Tatuagens

Foto

a Vi há dias, na praia, uma mulher que tinha a coxa esquerda toda tatuada, do quadril ao joelho, com algo que me pareceu ser um motivo floral: ela estava longe e, por isso, não consegui enxergar os pormenores da tatuagem, mas percebi os tons de verde, dominantes, de vermelho e de amarelo do espampanante desenho. Tanto quanto me pareceu, a mulher tinha um corpo relativamente bonito, mas creio que não erro muito se afirmar que a coxa tatuada era o que atraía mais atenções.Não aprecio particularmente as tatuagens. Quando vejo pessoas com grandes superfícies do corpo cobertas de tinta, tenho mesmo o estranho impulso de tentar imaginá-las já velhas e flácidas, com os arabescos e desenhos deformados pela idade e pelas rugas.
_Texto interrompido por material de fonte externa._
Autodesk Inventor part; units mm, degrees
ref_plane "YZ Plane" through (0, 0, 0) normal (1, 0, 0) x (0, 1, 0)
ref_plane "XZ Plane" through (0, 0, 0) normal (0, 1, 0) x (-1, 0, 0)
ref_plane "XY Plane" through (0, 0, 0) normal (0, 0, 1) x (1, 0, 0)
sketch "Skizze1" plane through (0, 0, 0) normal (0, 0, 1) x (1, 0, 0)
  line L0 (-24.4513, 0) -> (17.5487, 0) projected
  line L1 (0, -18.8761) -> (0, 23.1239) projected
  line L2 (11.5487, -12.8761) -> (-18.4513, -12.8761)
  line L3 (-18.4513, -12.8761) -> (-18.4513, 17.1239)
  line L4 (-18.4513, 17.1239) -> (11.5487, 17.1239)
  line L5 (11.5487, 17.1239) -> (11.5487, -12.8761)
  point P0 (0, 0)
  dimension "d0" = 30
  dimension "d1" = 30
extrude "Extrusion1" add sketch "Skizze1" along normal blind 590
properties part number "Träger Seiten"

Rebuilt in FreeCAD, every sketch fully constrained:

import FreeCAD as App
import Part
import Sketcher

doc = App.newDocument("Part")
body = doc.addObject("PartDesign::Body", "Body")

# Sketch on XY plane
sketch1 = body.newObject("Sketcher::SketchObject", "Sketch")
sketch1.AttachmentSupport = (doc.getObject("XY_Plane"), [""])
sketch1.MapMode = "FlatFace"
sketch1.addGeometry(Part.LineSegment(App.Vector(-18, 17, 0), App.Vector(-18, -13, 0)), False)
sketch1.addGeometry(Part.LineSegment(App.Vector(-18, -13, 0), App.Vector(12, -13, 0)), False)
sketch1.addGeometry(Part.LineSegment(App.Vector(12, -13, 0), App.Vector(12, 17, 0)), False)
sketch1.addGeometry(Part.LineSegment(App.Vector(12, 17, 0), App.Vector(-18, 17, 0)), False)
sketch1.addConstraint(Sketcher.Constraint("Coincident", 0, 2, 1, 1))
sketch1.addConstraint(Sketcher.Constraint("Coincident", 1, 2, 2, 1))
sketch1.addConstraint(Sketcher.Constraint("Coincident", 2, 2, 3, 1))
sketch1.addConstraint(Sketcher.Constraint("Coincident", 3, 2, 0, 1))
sketch1.addConstraint(Sketcher.Constraint("Vertical", 0))
sketch1.addConstraint(Sketcher.Constraint("Horizontal", 1))
sketch1.addConstraint(Sketcher.Constraint("Vertical", 2))
sketch1.addConstraint(Sketcher.Constraint("Horizontal", 3))
sketch1.addConstraint(Sketcher.Constraint("Equal", 3, 0))
sketch1.addConstraint(Sketcher.Constraint("DistanceX", 1, 1, 1, 2, 30.0))
sketch1.addConstraint(Sketcher.Constraint("DistanceY", 0, 2, -1, 1, 12.876))
sketch1.addConstraint(Sketcher.Constraint("DistanceX", 0, 2, -1, 1, 18.4513))
pad1 = body.newObject("PartDesign::Pad", "Pad")
pad1.Profile = sketch1
pad1.Length = 590

doc.recompute()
A imagem que daí resulta é aterradora: um corpo em ruínas no qual lateja um elemento estranho e gritantemente deslocado que apenas sublinha a decrepitude do conjunto. Tendo em conta, porém, a moda que por aí grassa, com exércitos de futebolistas, músicos e motoqueiros, mais os respectivos imitadores, ostentando com inexplicável orgulho as horrendas tatuagens, o que imagino para o futuro é particularmente assustador e muito pouco pulcro.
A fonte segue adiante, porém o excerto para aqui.